The teacher, known by the royal commission as GKI, was a student at Marist Brothers, Maitland in the 1940s.

GKI was convicted in 1989 of sexually assaulting two boys, aged 10, at a Hunter Catholic school. But documents held by the Newcastle Herald, and others released by the royal commission on Monday, show parents raised the alarm about GKI on at least three occasions in the 1980s, including reports to the Catholic Education Office.

The documents include a report to the then Bishop Leo Clarke in 1990 by a church committee headed by the then Monsignor Philip Wilson, and tasked with reporting on the diocese’s handling of the teacher’s case.

The committee found serious gaps in the diocese’s child protection protocols, including a reluctance to include details of alleged sexual misconduct on a teacher’s personnel file.

“It would seem that if a teacher faced with allegations of sexual abuse resigns, there is nothing to guarantee that he/she will not be employed at some time in the future in a Catholic school in another diocese, or indeed in this diocese, given the reluctance to place information regarding the allegations in the personnel file,” Monsignor Wilson’s committee found.

It recommended that “personnel files contain all documents related to allegations, charges, convictions in relation to sexual abuse”.

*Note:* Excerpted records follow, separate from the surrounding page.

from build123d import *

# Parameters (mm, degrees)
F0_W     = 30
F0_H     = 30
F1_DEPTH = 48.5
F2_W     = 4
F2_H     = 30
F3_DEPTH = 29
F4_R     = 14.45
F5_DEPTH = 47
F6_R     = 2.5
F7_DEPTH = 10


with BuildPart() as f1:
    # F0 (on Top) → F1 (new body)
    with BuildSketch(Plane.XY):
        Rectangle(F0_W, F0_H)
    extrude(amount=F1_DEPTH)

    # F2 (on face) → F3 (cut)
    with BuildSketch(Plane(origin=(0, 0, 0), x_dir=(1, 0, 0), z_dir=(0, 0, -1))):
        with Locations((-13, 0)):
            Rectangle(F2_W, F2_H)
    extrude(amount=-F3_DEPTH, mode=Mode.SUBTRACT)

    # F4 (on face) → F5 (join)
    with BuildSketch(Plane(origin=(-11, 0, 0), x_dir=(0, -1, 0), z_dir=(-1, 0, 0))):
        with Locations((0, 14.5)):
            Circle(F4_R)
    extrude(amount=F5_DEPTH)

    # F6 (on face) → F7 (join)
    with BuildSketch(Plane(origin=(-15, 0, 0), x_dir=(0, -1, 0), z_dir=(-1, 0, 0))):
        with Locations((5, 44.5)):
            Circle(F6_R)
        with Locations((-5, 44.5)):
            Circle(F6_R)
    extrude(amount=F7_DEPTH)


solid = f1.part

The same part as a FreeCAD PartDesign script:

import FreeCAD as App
import Part
import Sketcher

V = App.Vector
Q = App.Units.Quantity

doc = App.newDocument("Part")
body = doc.addObject("PartDesign::Body", "Body")

# Sketch on XY plane
sketch1 = doc.addObject("Sketcher::SketchObject", "Sketch")
body.addObject(sketch1)
sketch1.AttachmentSupport = (doc.XY_Plane, [""])
sketch1.MapMode = "FlatFace"
sketch1.addGeometry(Part.LineSegment(V(-15, 15, 0), V(-15, -15, 0)), False)
sketch1.addGeometry(Part.LineSegment(V(-15, -15, 0), V(15, -15, 0)), False)
sketch1.addGeometry(Part.LineSegment(V(15, -15, 0), V(15, 15, 0)), False)
sketch1.addGeometry(Part.LineSegment(V(15, 15, 0), V(-15, 15, 0)), False)
sketch1.addConstraint(Sketcher.Constraint("Coincident", 0, 2, 1, 1))
sketch1.addConstraint(Sketcher.Constraint("Coincident", 1, 2, 2, 1))
sketch1.addConstraint(Sketcher.Constraint("Coincident", 2, 2, 3, 1))
sketch1.addConstraint(Sketcher.Constraint("Coincident", 3, 2, 0, 1))
sketch1.addConstraint(Sketcher.Constraint("Vertical", 0))
sketch1.addConstraint(Sketcher.Constraint("Horizontal", 1))
sketch1.addConstraint(Sketcher.Constraint("Vertical", 2))
sketch1.addConstraint(Sketcher.Constraint("Horizontal", 3))
sketch1.addConstraint(Sketcher.Constraint("Symmetric", 0, 2, 2, 2, -1, 1))
sketch1.addConstraint(Sketcher.Constraint("Equal", 3, 0))
sketch1.addConstraint(Sketcher.Constraint("DistanceX", 1, 1, 1, 2, Q("30 mm")))
pad1 = doc.addObject("PartDesign::Pad", "Pad")
body.addObject(pad1)
pad1.Profile = sketch1
pad1.Length = 48.5

# Sketch on XY plane
sketch2 = doc.addObject("Sketcher::SketchObject", "Sketch001")
body.addObject(sketch2)
sketch2.AttachmentSupport = (doc.XY_Plane, [""])
sketch2.MapMode = "FlatFace"
sketch2.addGeometry(Part.LineSegment(V(-15, -15, 0), V(-15, 15, 0)), False)
sketch2.addGeometry(Part.LineSegment(V(-15, 15, 0), V(-11, 15, 0)), False)
sketch2.addGeometry(Part.LineSegment(V(-11, 15, 0), V(-11, -15, 0)), False)
sketch2.addGeometry(Part.LineSegment(V(-11, -15, 0), V(-15, -15, 0)), False)
sketch2.addConstraint(Sketcher.Constraint("Coincident", 0, 2, 1, 1))
sketch2.addConstraint(Sketcher.Constraint("Coincident", 1, 2, 2, 1))
sketch2.addConstraint(Sketcher.Constraint("Coincident", 2, 2, 3, 1))
sketch2.addConstraint(Sketcher.Constraint("Coincident", 3, 2, 0, 1))
sketch2.addConstraint(Sketcher.Constraint("Vertical", 0))
sketch2.addConstraint(Sketcher.Constraint("Horizontal", 1))
sketch2.addConstraint(Sketcher.Constraint("Vertical", 2))
sketch2.addConstraint(Sketcher.Constraint("Horizontal", 3))
sketch2.addConstraint(Sketcher.Constraint("DistanceX", 1, 1, 1, 2, Q("4 mm")))
sketch2.addConstraint(Sketcher.Constraint("DistanceY", 0, 1, 0, 2, Q("30 mm")))
sketch2.addConstraint(Sketcher.Constraint("DistanceX", 0, 2, -1, 1, Q("15 mm")))
sketch2.addConstraint(Sketcher.Constraint("DistanceY", -1, 1, 0, 2, Q("15 mm")))
pocket1 = doc.addObject("PartDesign::Pocket", "Pocket")
body.addObject(pocket1)
pocket1.Profile = sketch2
pocket1.Length = 29
pocket1.Reversed = True

# Sketch on YZ plane
sketch3 = doc.addObject("Sketcher::SketchObject", "Sketch002")
body.addObject(sketch3)
sketch3.AttachmentSupport = (doc.YZ_Plane, [""])
sketch3.MapMode = "FlatFace"
sketch3.AttachmentOffset = App.Placement(V(0, 0, -11), App.Rotation())
sketch3.addGeometry(Part.Circle(V(0, 14.5, 0), V(0, 0, 1), 14.45), False)
sketch3.addConstraint(Sketcher.Constraint("PointOnObject", 0, 3, -2))
sketch3.addConstraint(Sketcher.Constraint("Diameter", 0, Q("28.9 mm")))
sketch3.addConstraint(Sketcher.Constraint("DistanceY", -1, 1, 0, 3, Q("14.5 mm")))
pad2 = doc.addObject("PartDesign::Pad", "Pad001")
body.addObject(pad2)
pad2.Profile = sketch3
pad2.Length = 47
pad2.Reversed = True

# Sketch on YZ plane
sketch4 = doc.addObject("Sketcher::SketchObject", "Sketch003")
body.addObject(sketch4)
sketch4.AttachmentSupport = (doc.YZ_Plane, [""])
sketch4.MapMode = "FlatFace"
sketch4.AttachmentOffset = App.Placement(V(0, 0, -15), App.Rotation())
sketch4.addGeometry(Part.Circle(V(-5, 44.5, 0), V(0, 0, 1), 2.5), False)
sketch4.addGeometry(Part.Circle(V(5, 44.5, 0), V(0, 0, 1), 2.5), False)
sketch4.addConstraint(Sketcher.Constraint("Equal", 0, 1))
sketch4.addConstraint(Sketcher.Constraint("Symmetric", 0, 3, 1, 3, -2))
sketch4.addConstraint(Sketcher.Constraint("Diameter", 0, Q("5 mm")))
sketch4.addConstraint(Sketcher.Constraint("DistanceX", 0, 3, -1, 1, Q("5 mm")))
sketch4.addConstraint(Sketcher.Constraint("DistanceY", -1, 1, 0, 3, Q("44.5 mm")))
pad3 = doc.addObject("PartDesign::Pad", "Pad002")
body.addObject(pad3)
pad3.Profile = sketch4
pad3.Length = 10
pad3.Reversed = True

doc.recompute()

The committee report noted that GKI had to be ordered by his probation officer to stay away from the church, the school and the children after he harassed children at Mass, followed the school bus and approached them in the street.

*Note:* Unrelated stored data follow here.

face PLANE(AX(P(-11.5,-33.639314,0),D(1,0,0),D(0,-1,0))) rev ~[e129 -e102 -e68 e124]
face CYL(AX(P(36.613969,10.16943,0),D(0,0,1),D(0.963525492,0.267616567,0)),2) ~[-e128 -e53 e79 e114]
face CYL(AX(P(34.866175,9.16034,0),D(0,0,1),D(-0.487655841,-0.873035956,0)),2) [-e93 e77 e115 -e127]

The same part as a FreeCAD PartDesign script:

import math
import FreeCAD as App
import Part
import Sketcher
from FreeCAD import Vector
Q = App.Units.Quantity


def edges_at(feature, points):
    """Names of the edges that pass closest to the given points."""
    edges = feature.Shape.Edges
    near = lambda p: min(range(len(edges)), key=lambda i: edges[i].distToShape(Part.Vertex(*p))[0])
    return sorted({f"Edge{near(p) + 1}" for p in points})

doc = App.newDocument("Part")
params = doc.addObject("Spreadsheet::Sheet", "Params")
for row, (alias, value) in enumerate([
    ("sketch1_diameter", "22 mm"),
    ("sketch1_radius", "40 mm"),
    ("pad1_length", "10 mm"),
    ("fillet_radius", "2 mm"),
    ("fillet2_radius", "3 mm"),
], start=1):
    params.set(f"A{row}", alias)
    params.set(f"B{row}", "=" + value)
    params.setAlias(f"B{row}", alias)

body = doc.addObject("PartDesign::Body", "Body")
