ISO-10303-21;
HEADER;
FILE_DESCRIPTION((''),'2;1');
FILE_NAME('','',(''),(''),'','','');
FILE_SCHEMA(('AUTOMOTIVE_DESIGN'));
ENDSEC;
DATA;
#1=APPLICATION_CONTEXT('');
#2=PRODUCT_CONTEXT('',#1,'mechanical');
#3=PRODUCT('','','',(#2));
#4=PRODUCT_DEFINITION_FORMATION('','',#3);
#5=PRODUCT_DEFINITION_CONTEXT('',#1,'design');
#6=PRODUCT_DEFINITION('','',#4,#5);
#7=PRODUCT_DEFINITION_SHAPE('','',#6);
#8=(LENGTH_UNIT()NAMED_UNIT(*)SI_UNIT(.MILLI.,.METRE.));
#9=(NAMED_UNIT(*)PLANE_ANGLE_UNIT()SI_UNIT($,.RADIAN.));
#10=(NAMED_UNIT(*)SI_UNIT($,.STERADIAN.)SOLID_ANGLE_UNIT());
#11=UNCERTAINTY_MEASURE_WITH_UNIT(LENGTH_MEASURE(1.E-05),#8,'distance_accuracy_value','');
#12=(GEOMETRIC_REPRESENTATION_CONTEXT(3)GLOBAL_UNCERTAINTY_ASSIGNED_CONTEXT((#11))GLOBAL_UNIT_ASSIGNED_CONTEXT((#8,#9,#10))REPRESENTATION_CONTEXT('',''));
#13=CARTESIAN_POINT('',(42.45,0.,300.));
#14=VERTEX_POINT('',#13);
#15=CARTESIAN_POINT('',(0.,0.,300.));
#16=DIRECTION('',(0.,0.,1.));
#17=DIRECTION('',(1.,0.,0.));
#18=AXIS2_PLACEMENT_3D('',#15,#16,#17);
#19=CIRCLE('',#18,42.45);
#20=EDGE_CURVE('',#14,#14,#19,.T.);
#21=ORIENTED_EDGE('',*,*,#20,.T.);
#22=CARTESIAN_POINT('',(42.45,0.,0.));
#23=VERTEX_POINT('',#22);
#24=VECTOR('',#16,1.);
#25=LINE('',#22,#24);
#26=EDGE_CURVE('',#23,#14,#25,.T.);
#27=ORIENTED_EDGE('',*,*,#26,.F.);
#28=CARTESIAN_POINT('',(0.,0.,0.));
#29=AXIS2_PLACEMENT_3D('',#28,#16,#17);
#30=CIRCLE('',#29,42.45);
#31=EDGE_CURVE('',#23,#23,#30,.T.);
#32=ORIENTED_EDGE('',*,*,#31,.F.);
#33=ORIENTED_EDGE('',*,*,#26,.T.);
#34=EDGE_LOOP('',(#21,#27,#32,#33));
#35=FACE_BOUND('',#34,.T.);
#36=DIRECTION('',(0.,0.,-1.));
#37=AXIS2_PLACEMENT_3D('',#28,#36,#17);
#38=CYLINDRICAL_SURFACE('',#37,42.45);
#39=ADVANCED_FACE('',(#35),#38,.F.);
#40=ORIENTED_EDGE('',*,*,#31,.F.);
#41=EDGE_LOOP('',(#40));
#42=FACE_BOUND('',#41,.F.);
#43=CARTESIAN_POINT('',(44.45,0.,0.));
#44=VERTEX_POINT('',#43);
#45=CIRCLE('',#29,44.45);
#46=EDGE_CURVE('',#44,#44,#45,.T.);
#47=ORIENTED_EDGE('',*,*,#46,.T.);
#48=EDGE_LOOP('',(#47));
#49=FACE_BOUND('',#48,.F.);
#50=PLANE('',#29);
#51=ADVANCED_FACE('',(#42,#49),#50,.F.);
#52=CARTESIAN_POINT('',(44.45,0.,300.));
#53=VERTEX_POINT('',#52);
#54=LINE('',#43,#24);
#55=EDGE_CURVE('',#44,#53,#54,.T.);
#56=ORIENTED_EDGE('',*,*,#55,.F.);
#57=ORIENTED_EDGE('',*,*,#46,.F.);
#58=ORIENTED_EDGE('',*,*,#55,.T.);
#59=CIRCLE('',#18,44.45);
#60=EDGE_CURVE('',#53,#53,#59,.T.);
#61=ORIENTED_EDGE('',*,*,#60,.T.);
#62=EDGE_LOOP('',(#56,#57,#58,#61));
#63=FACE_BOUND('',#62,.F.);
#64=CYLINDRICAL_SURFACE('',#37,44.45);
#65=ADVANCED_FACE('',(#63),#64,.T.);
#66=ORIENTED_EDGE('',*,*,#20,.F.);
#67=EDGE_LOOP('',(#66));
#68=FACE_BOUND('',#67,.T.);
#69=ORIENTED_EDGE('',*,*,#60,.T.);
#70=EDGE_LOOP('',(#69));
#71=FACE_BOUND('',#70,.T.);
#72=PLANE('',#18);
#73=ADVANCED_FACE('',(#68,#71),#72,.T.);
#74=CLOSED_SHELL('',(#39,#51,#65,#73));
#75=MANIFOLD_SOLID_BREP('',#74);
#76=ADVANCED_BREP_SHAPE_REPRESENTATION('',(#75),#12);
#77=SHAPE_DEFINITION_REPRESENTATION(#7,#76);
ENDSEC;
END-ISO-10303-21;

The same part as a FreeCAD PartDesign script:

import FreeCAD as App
import Part
import Sketcher
from FreeCAD import Vector

doc = App.newDocument("Part")
body = doc.addObject("PartDesign::Body", "Body")

sketch1 = doc.addObject("Sketcher::SketchObject", "Sketch")
body.addObject(sketch1)
sketch1.AttachmentSupport = (doc.XY_Plane, [""])
sketch1.MapMode = "FlatFace"
sketch1.addGeometry([
    Part.Circle(Vector(0, 0, 0), Vector(0, 0, 1), 44),
    Part.Circle(Vector(0, 0, 0), Vector(0, 0, 1), 42),
], False)
sketch1.addConstraint([
    Sketcher.Constraint("Coincident", 0, 3, -1, 1),
    Sketcher.Constraint("Coincident", 1, 3, -1, 1),
    Sketcher.Constraint("Diameter", 0, 88.9),
    Sketcher.Constraint("Diameter", 1, 84.9),
])
pad1 = doc.addObject("PartDesign::Pad", "Pad")
body.addObject(pad1)
pad1.Profile = sketch1
pad1.Length = 300

doc.recompute()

“Parishioners were extremely angry when they discovered that one of the teacher's former parish priests had testified on his behalf at the court case in which the teacher had pleaded guilty,” Bishop Clarke was told.

“It would seem that there has been no attempt by the parish, school or Catholic Education Office to ascertain whether the victims have suffered financial hardship because of the events which have occurred since the time of the abuse.”

A note at the bottom of the report warned Bishop Clarke that parents had the right to sue the Catholic Education Office and the diocese for “failing to adequately protect their children”.

“Our legal consultant suggests that the parents in this case would have a pretty good case if they chose to act,” the note said.

But when one of the 10-year-old boys whose complaints led to GKI’s conviction for child sex offences in 1989 tried to sue the diocese for compensation in 2005, his case was “fiercely resisted”, his barrister Andrew Morrison, SC, said in a report on the case in 2009.

Mr Morrison on Monday said he was “not at all surprised” to learn the diocese knew GKI’s victims had a “pretty good case” to sue the church, based on its knowledge it had employed a child sex offender to put in charge of young children.

“The Catholic Church doesn’t appear overall to have learnt the lessons from what has occurred and been revealed, although there are significant changes in some areas and it is not the only institution to have been found wanting,” Mr Morrison said.

“It’s got a long, long way to go. There are still some very ugly attitudes among some decision-makers.”